JAKARTA- Politikus Partai Demokrat, Rachlan Nashidik menilai, saat ini ada oknum-oknum buzzer Jokowi yang sengaja membuat opini menyalahkan Presiden ke-6 Susilo Bambang Yudhoyono (SBY) terkait peremajaan alutsista TNI hingga menyebabkan KRI Nanggala-402 tenggelam di dasar laut.
"Buzzer Jokowi gak bermoral. Bangsa berkabung coba-coba cari untung dengan menyalahkan SBY tak meremajakan alutsista," tulis Rachlan di Twitter-nya, Ahad (25/4).
Rachlan bilang bahwa modernisasi alutsista itu dimulai dari era SBY. Di era SBY pula Indonesia punya 3 kapal selam listrik.
"Padahal, modernisasi alutsista (minimum essential forces) justru dimulai oleh SBY. Hasilnya antara lain 3 Kapal Selam Listrik dari Korsel dengan alih teknologi," katanya.
Pernyataan Panca itu ditambahkan oleh Cipta Panca Laksana. Dia membeberkan bahwa di SBY anggaran untuk TNI meroket.
"Justru di era SBY ada peremajaan alutsista di TNI dan Polri, dan anggaran untuk TNI dan Polri meroket meningkat hampir 400%" katanya Panca.
"Emang ketika SBY menerima tampuk presiden dari Megawati kondisi keuangan negara bagus? Asal ngomong aja buzzer2 Jokowi. Beda dengan Jokowi menerima peralihan kepresidenan udah enak. Tapi kufur nikmat" sambungnya.

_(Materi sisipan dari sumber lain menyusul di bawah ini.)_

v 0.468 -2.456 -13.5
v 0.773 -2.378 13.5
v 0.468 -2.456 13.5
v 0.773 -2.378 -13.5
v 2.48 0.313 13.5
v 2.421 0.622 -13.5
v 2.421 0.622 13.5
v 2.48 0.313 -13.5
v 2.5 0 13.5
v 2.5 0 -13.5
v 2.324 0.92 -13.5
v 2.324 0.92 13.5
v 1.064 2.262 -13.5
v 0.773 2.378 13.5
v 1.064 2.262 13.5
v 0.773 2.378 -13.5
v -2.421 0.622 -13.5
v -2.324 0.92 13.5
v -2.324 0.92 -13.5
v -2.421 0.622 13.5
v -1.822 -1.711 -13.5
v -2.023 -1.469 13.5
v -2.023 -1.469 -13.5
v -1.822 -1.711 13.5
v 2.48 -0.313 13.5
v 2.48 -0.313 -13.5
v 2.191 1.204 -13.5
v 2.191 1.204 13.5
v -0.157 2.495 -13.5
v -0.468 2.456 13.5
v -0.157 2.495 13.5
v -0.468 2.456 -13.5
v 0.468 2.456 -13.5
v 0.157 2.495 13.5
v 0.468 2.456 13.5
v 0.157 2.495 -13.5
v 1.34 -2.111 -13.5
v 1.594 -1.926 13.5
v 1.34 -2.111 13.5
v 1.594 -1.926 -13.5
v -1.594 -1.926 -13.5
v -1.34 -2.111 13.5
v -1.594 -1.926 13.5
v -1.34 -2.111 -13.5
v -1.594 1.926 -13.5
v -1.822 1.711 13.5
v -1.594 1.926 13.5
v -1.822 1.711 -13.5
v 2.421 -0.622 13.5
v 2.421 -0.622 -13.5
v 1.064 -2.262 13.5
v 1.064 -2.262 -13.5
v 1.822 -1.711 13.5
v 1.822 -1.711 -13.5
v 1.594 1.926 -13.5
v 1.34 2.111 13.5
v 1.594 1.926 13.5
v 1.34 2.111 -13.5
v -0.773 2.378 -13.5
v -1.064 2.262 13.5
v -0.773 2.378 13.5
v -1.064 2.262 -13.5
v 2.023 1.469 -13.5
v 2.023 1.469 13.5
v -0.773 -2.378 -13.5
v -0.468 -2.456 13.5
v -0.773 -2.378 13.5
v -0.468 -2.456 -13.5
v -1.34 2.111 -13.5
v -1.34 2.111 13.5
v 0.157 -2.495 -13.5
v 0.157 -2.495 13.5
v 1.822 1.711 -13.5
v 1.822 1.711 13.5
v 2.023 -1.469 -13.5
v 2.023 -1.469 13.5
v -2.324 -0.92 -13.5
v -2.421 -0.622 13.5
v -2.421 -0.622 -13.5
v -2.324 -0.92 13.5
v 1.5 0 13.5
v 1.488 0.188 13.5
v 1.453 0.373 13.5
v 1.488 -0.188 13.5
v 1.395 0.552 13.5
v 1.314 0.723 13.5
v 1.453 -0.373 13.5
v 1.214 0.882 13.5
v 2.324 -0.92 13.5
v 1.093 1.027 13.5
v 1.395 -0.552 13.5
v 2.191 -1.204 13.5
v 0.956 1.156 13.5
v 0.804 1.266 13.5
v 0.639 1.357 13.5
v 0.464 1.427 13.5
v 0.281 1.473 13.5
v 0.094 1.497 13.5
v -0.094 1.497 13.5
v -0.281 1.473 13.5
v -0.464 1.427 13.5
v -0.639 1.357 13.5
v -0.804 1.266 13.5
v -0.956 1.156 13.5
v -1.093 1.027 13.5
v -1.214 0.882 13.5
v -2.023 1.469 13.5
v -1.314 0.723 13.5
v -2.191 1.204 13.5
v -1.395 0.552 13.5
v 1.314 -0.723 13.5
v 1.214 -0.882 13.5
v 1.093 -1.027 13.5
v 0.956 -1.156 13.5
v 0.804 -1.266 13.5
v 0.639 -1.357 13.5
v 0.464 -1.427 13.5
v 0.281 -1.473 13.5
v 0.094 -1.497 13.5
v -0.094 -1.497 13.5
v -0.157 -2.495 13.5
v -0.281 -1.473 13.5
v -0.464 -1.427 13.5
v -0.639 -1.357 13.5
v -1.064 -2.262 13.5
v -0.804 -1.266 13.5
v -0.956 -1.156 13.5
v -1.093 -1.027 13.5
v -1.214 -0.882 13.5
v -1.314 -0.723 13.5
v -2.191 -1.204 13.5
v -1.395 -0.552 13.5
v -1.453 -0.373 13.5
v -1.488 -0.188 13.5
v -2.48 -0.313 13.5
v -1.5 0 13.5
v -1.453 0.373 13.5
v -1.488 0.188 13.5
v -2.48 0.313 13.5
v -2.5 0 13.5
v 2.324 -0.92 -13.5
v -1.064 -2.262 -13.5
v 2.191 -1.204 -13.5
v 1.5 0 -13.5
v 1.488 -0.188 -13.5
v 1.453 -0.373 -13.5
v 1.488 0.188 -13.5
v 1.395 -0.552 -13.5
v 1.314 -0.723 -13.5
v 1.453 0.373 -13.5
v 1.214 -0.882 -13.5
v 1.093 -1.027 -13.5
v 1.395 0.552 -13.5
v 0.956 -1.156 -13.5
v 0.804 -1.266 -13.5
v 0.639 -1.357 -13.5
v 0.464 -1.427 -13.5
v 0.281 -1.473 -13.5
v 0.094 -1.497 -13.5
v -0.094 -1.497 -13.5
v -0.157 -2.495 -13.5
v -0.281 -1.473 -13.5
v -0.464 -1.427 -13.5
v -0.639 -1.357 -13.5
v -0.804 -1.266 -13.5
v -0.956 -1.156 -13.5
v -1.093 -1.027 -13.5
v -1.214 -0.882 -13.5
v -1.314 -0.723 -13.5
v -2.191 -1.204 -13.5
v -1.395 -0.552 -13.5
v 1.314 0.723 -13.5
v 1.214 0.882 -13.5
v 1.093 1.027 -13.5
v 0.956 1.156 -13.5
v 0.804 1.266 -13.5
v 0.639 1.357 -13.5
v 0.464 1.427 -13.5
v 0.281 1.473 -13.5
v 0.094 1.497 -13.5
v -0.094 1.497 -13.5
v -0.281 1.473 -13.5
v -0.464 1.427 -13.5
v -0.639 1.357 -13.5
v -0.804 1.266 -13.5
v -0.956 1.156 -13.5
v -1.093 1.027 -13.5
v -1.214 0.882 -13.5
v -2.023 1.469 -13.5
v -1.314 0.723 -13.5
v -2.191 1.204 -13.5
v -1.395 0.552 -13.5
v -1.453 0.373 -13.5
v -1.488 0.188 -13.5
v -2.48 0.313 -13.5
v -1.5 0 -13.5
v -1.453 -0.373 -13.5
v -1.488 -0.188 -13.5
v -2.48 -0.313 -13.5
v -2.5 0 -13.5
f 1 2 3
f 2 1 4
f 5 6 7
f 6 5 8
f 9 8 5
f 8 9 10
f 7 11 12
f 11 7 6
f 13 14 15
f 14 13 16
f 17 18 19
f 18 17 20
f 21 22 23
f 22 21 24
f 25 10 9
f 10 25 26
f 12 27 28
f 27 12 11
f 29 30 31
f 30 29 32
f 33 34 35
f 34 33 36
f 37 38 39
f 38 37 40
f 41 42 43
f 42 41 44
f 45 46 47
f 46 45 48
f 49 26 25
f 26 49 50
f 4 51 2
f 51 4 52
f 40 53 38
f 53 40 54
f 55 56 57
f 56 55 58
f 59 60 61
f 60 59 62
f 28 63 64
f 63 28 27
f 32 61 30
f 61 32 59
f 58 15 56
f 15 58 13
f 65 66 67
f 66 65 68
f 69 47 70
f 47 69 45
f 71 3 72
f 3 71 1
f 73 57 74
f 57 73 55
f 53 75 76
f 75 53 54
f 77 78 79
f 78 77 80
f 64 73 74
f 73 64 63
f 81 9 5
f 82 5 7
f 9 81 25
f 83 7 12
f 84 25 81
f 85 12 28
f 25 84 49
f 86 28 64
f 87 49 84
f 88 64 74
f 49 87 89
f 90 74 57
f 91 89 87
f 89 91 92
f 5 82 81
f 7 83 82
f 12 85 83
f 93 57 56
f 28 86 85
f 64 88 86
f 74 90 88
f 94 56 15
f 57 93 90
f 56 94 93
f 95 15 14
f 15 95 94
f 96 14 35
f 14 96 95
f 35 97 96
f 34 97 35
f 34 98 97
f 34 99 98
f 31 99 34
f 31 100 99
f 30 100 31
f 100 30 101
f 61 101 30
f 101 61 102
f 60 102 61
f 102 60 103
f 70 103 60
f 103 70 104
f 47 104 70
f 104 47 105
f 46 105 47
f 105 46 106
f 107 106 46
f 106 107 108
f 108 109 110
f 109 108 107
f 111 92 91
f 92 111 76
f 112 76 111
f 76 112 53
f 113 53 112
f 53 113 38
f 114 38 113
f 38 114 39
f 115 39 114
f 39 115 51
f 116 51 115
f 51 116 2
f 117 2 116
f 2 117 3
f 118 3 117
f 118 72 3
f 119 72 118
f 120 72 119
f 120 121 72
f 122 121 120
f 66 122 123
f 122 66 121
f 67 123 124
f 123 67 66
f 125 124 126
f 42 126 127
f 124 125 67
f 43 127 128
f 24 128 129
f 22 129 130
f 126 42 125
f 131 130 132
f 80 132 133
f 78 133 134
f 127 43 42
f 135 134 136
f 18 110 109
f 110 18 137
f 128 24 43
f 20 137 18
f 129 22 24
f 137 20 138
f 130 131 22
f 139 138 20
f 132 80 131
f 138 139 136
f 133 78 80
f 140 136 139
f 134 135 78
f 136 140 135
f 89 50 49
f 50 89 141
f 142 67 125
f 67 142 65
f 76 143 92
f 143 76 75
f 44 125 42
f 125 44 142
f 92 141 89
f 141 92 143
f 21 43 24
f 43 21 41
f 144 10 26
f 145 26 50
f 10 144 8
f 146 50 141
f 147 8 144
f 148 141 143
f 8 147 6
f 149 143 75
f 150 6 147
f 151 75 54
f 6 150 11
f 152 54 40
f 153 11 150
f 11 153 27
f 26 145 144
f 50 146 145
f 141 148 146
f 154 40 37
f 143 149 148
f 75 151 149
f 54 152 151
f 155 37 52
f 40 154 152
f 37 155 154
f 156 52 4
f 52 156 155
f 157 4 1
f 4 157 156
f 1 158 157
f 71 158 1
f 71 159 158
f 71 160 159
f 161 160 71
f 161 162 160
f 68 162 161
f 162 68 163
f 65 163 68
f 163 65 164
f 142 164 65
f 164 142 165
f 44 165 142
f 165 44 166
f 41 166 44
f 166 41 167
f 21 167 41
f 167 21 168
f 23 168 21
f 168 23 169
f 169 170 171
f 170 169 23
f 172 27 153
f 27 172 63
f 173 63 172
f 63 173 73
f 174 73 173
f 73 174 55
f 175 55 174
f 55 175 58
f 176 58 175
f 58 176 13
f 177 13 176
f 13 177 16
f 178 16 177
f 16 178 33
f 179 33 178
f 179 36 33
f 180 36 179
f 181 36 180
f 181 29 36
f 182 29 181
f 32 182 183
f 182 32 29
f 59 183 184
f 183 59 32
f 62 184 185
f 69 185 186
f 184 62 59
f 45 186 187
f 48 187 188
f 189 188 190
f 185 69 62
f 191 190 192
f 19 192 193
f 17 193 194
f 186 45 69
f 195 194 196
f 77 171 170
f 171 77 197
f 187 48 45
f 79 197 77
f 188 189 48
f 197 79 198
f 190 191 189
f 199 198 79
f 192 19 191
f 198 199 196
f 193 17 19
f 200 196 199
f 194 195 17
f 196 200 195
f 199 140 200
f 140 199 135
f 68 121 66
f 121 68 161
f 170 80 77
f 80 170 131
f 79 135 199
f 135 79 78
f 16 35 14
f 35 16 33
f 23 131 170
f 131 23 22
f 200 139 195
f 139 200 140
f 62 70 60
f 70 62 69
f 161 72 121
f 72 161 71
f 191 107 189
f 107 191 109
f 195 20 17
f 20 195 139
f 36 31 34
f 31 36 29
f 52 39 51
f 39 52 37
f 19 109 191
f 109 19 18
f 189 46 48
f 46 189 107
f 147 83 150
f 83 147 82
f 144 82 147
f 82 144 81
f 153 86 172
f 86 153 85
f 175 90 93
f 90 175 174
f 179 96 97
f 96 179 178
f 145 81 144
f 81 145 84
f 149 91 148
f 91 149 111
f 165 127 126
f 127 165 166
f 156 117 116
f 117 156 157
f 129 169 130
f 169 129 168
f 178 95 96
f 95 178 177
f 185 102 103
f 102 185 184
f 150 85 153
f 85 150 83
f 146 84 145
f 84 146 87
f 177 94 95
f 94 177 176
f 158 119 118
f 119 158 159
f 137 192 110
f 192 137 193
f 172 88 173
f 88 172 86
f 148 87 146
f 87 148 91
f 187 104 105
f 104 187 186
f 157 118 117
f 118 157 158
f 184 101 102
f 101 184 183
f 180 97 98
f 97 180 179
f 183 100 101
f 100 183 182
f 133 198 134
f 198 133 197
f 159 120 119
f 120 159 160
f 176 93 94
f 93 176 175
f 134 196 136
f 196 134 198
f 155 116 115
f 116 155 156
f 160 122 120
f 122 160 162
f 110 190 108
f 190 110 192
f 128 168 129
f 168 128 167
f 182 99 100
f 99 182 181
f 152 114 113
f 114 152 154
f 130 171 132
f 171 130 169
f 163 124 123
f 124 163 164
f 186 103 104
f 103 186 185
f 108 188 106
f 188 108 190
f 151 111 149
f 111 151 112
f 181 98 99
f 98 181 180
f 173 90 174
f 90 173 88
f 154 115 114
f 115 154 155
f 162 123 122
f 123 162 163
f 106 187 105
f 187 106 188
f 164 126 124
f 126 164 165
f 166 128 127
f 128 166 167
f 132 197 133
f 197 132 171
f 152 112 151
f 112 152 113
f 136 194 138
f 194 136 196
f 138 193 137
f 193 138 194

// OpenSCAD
$fn = 50;


difference() {
	union() {
		translate(v = [0, 0, -13.5000000000]) {
			cylinder(h = 27, r = 2.5000000000);
		}
	}
	union() {
		translate(v = [0, 0, -100.0000000000]) {
			cylinder(h = 200, r = 1.5000000000);
		}
	}
}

Pada tahun 2019 lalu, Lembaga Swadaya Masyarakat (LSM) Imparsial sempat mengkritik kebijakan pemerintahan Jokowi yang dianggap kurang memperhatikan modernisasi alat utama sistem persenjataan (alutsista) yang dimiliki TNI.
Peneliti Imparsial, Anton Aliabbas waktu itu mengatakan, di era Jokowi ada peningkatan anggaran pertahanan yang cukup signifikan. Namun Jokowi tidak punya konsep yang jelas
"Ketika anggarannya sudah naik, tidak ada arah yang jelas bagaimana pemerintahan Jokowi ini melakukan modernisasi alutsista," katanya waktu itu dalam Peringatan HUT Ke-74 TNI.

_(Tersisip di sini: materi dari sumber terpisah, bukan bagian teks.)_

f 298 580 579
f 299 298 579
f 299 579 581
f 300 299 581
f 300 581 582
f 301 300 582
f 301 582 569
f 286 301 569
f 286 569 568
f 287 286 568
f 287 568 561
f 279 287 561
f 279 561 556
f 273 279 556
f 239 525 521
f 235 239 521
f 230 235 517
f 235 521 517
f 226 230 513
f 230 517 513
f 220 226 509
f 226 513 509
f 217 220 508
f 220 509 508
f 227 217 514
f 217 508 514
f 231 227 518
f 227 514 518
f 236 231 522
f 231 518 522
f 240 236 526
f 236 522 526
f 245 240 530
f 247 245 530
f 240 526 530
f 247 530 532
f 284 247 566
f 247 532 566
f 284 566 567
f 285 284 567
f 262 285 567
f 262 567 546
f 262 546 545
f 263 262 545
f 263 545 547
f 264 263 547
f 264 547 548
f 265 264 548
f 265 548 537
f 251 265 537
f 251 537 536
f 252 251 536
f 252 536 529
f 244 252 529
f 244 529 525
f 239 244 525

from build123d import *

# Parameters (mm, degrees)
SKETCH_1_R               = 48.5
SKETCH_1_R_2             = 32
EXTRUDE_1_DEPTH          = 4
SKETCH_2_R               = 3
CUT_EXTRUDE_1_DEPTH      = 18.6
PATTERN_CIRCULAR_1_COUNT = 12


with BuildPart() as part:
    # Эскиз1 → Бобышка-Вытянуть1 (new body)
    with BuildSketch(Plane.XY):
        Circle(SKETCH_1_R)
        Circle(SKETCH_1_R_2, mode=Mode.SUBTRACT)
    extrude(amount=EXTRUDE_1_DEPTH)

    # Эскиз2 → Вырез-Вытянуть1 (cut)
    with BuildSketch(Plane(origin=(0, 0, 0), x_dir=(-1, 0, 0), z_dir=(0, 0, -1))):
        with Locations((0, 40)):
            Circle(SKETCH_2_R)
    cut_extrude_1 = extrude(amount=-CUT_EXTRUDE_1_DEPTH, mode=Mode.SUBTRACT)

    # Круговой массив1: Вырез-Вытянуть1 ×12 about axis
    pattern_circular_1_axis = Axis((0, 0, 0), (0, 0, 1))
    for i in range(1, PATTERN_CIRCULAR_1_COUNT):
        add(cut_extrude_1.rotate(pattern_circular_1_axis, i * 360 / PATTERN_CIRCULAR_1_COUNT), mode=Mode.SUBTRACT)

Ia menyebutkan, ada ada tiga komponen dalam anggaran pertahanan. Pertama, anggaran rutin, gaji dan lain-lain. Kedua, anggaran belanja barang mencakup penggunaan barang dan lain-lain. Ketiga, belanja modal, terkait pembelanjaan alutsista.
Di kemudian membandingkan dengan era SBY. "Kalau saya mencoba membandingkan, benang merahnya, Pak SBY pada tahun 2013-2014 itu sangat terlihat, bahwa anggaran rutin memang selalu menjadi pos pertama. Perbedaannya antara Jokowi dan SBY adalah di era Pak SBY anggaran pembelanjaan modal itu menjadi nomor dua terbesar. Jadi pada tahun 2013, anggaran rutinnya ada di Rp 33,5 triliun di anggaran modalnya ada di 25,7 triliun," kata Anton.
Sementara itu, pada era Jokowi, menurut dia, ketika ada lonjakan anggaran yang cukup tinggi dan signifikan, anggaran belanja modal menjadi komponen nomor 3.
"Bahkan catatan kami di tahun 2018 justru sangat rendah terkait belanja modal, karena di tahun sebelumnya di 2017 itu sekitar Rp33,4 triliun dan di tahun 2018 justru cuma setengahnya Rp19,1 triliun," ucap Anton.
"Itu jadi problem utama, kami melihat pertama bahwa ada lonjakan anggaran pertahanan yang cukup signifikan, tapi tidak ada konsep, tidak ada panduan, visi yang jelas sehingga tidak ada arah," kata dia. (dal/fin).